For the next few weeks we are going to look at the Supper. I believe the Supper is a glorious thing, and we take it far too casually. Our thoughts are far too temperate, too calm. Many of our Supper talks are far too surface, too shallow. There’s so much more in the Supper we don’t speak of, perhaps have not really considered. I’m not pointing fingers. I’m just as guilty of these as any. On far too many Sunday mornings I take the Supper perfunctorily.
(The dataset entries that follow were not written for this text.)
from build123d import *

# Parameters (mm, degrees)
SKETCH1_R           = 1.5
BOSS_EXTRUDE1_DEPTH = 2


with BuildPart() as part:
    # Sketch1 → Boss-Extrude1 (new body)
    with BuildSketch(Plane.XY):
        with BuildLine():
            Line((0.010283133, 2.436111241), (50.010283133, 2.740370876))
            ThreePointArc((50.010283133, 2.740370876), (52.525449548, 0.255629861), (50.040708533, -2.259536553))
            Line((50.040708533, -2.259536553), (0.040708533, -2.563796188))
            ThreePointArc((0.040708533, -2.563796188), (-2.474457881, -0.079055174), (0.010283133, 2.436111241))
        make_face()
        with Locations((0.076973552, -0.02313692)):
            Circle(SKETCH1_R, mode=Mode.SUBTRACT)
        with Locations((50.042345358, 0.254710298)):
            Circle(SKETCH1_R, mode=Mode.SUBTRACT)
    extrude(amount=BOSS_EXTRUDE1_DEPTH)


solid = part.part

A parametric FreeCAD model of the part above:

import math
import FreeCAD as App
import Part
import Sketcher
from FreeCAD import Vector

doc = App.newDocument("Part")
body = doc.addObject("PartDesign::Body", "Body")

sketch1 = body.newObject("Sketcher::SketchObject", "Sketch")
sketch1.AttachmentSupport = (doc.getObject("XY_Plane"), [""])
sketch1.MapMode = "FlatFace"
sketch1.addGeometry([
    Part.LineSegment(Vector(50, 2.7, 0), Vector(0, 2.4, 0)),
    Part.ArcOfCircle(Part.Circle(Vector(0, -0.1, 0), Vector(0, 0, 1), 2.5), math.radians(90), math.radians(270)),
    Part.LineSegment(Vector(0, -2.6, 0), Vector(50, -2.3, 0)),
    Part.ArcOfCircle(Part.Circle(Vector(50, 0.2, 0), Vector(0, 0, 1), 2.5), math.radians(-90), math.radians(90)),
    Part.Circle(Vector(0.1, 0, 0), Vector(0, 0, 1), 1.5),
    Part.Circle(Vector(50, 0.3, 0), Vector(0, 0, 1), 1.5),
], False)
sketch1.addConstraint([
    Sketcher.Constraint("Tangent", 0, 2, 1, 1),
    Sketcher.Constraint("Tangent", 1, 2, 2, 1),
    Sketcher.Constraint("Tangent", 2, 2, 3, 1),
    Sketcher.Constraint("Tangent", 3, 2, 0, 1),
    Sketcher.Constraint("Equal", 1, 3),
    Sketcher.Constraint("Equal", 4, 5),
    Sketcher.Constraint("Diameter", 4, 3.0),
    Sketcher.Constraint("Radius", 1, 2.5),
    Sketcher.Constraint("DistanceX", 1, 3, 3, 3, 50.0),
    Sketcher.Constraint("DistanceY", 5, 3, 0, 2, 2.181401),
    Sketcher.Constraint("DistanceY", 2, 2, 4, 3, 2.2364),
    Sketcher.Constraint("DistanceY", -1, 1, 5, 3, 0.25471),
    Sketcher.Constraint("DistanceX", -1, 1, 1, 2, 0.040709),
    Sketcher.Constraint("DistanceY", -1, 1, 3, 2, 2.740371),
    Sketcher.Constraint("DistanceX", 3, 3, 5, 3, 0.01685),
    Sketcher.Constraint("DistanceX", 4, 3, 5, 3, 49.965372),
])
pad1 = body.newObject("PartDesign::Pad", "Pad")
pad1.Profile = sketch1
pad1.Length = 2

doc.recompute()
I eat a tiny bit of cracker, sip a little juice and don’t really think “What am I doing.” In those moments when I waken from my routine, I feel shame. I tell myself the Supper is much too important to take so lightly. So, I hope this class will be helpful for all of us as we look at the Supper.

Simple Questions:


Who are we?
What are we doing here?
What is our purpose?
Why do things happen the way they happen?
These are all questions we, all mankind, want answered. Those of us in Christ Jesus feel we have some answers to these, but even the answers we have bring forth more questions. We are born into a world filled with evil. As David said of himself, Behold, I was brought forth in iniquity, and in sin did my mother conceive me.”, we can say the same of ourselves. We are brought forth in a world that is so tilted toward that which is ungodly, that finding righteousness in it proves to be a difficult thing.
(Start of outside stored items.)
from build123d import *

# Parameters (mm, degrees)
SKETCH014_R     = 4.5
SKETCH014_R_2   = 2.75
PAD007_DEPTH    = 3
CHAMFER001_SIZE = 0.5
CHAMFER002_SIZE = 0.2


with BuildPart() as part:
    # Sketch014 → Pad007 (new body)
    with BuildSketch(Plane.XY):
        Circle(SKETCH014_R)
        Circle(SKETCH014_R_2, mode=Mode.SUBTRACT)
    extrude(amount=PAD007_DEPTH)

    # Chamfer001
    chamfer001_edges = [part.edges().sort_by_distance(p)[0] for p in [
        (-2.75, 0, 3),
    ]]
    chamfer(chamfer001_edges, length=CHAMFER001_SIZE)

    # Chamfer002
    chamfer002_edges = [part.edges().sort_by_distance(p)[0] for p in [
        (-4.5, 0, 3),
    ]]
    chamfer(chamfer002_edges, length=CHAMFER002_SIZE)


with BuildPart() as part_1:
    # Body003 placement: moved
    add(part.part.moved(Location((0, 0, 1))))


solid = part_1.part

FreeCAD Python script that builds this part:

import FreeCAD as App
import Part
import Sketcher
Q = App.Units.Quantity


def edges_at(feature, points):
    """Names of the edges that pass closest to the given points."""
    edges = feature.Shape.Edges
    near = lambda p: min(range(len(edges)), key=lambda i: edges[i].distToShape(Part.Vertex(*p))[0])
    return sorted({f"Edge{near(p) + 1}" for p in points})

doc = App.newDocument("Part")
body = doc.addObject("PartDesign::Body", "Body")

# Sketch on XY plane
sketch1 = body.newObject("Sketcher::SketchObject", "Sketch")
sketch1.AttachmentSupport = (doc.getObject("XY_Plane"), [""])
sketch1.MapMode = "FlatFace"
sketch1.addGeometry([
    Part.Circle(App.Vector(0, 0, 0), App.Vector(0, 0, 1), 4.5),
    Part.Circle(App.Vector(0, 0, 0), App.Vector(0, 0, 1), 2.8),
], False)
sketch1.addConstraint([
    Sketcher.Constraint("Coincident", 0, 3, -1, 1),
    Sketcher.Constraint("Coincident", 1, 3, -1, 1),
    Sketcher.Constraint("Diameter", 0, Q("9 mm")),
    Sketcher.Constraint("Diameter", 1, Q("5.5 mm")),
])
pad1 = body.newObject("PartDesign::Pad", "Pad")
pad1.Profile = sketch1
pad1.Length = 3
doc.recompute()

chamfer = body.newObject("PartDesign::Chamfer", "Chamfer")
chamfer.Base = (pad1, edges_at(pad1, [(-2.75, 0, 3)]))
chamfer.Size = 0.5
doc.recompute()

chamfer2 = body.newObject("PartDesign::Chamfer", "Chamfer001")
chamfer2.Base = (chamfer, edges_at(chamfer, [(-4.5, 0, 3)]))
chamfer2.Size = 0.2
body2 = doc.addObject("PartDesign::Body", "Body001")
doc.recompute()

body.Placement = App.Placement(App.Vector(0, 0, 1), App.Rotation(App.Vector(0, 0, 1), 0))
boolean = body2.newObject("PartDesign::Boolean", "Boolean")
boolean.Type = "Fuse"
boolean.addObjects([body])

doc.recompute()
So, we are born, and we find God and our Lord, Jesus the Christ. We grow, we work, we marry, we have children of our own, we struggle, we age, we weaken, and we die. Where are the answers to all of those questions I first asked?
I believe the answers are simple and easily answered. At the same time, I believe they are so complex that we will still be answering them deep into eternity. For instance… Believing John 1:14, “and the Word became flesh and dwelt among us, and we beheld His glory. The glory of the only begotten of the Father, full of grace and truth.” KJV
We beheld His glory. When? When He dwelt among us. When we believe this, that the Word became flesh, then we are saying, whether we recognize it or not, that we believe in a very sacred ontology. We believe that being, just being, is sacred! God became flesh and blood. Several times in Romans five Paul tells us about the MAN, Jesus the Christ. I believe, the more we look into the fact of the incarnation, the more we recognize that God lived in this flesh, the greater will be our appreciation of Baptism, the Church and the Supper.
As we consider such thoughts, what does this do to our minds? Our hopes? Our vision of life itself?
Do we just sing, “Merrily, merrily, merrily, merrily, life is but a dream”? Look around us. Try and picture what we were like, what we looked like, how we felt and acted twenty-five years ago. We look back and say, “That was our life”. And yes, that is true. More than that, however, is the fact that that is also our death.
We almost always look at death as if it was a moment in time, when in reality death is a process. It begins at birth and leads us to that moment when we draw our last breath. But every moment of our life was death coming upon us. Ever since we ate the forbidden fruit, we have stared death in the face and he has always been around us, pushing, pulling, often dragging us to that final moment when, to most who have ever lived on this planet, death wins!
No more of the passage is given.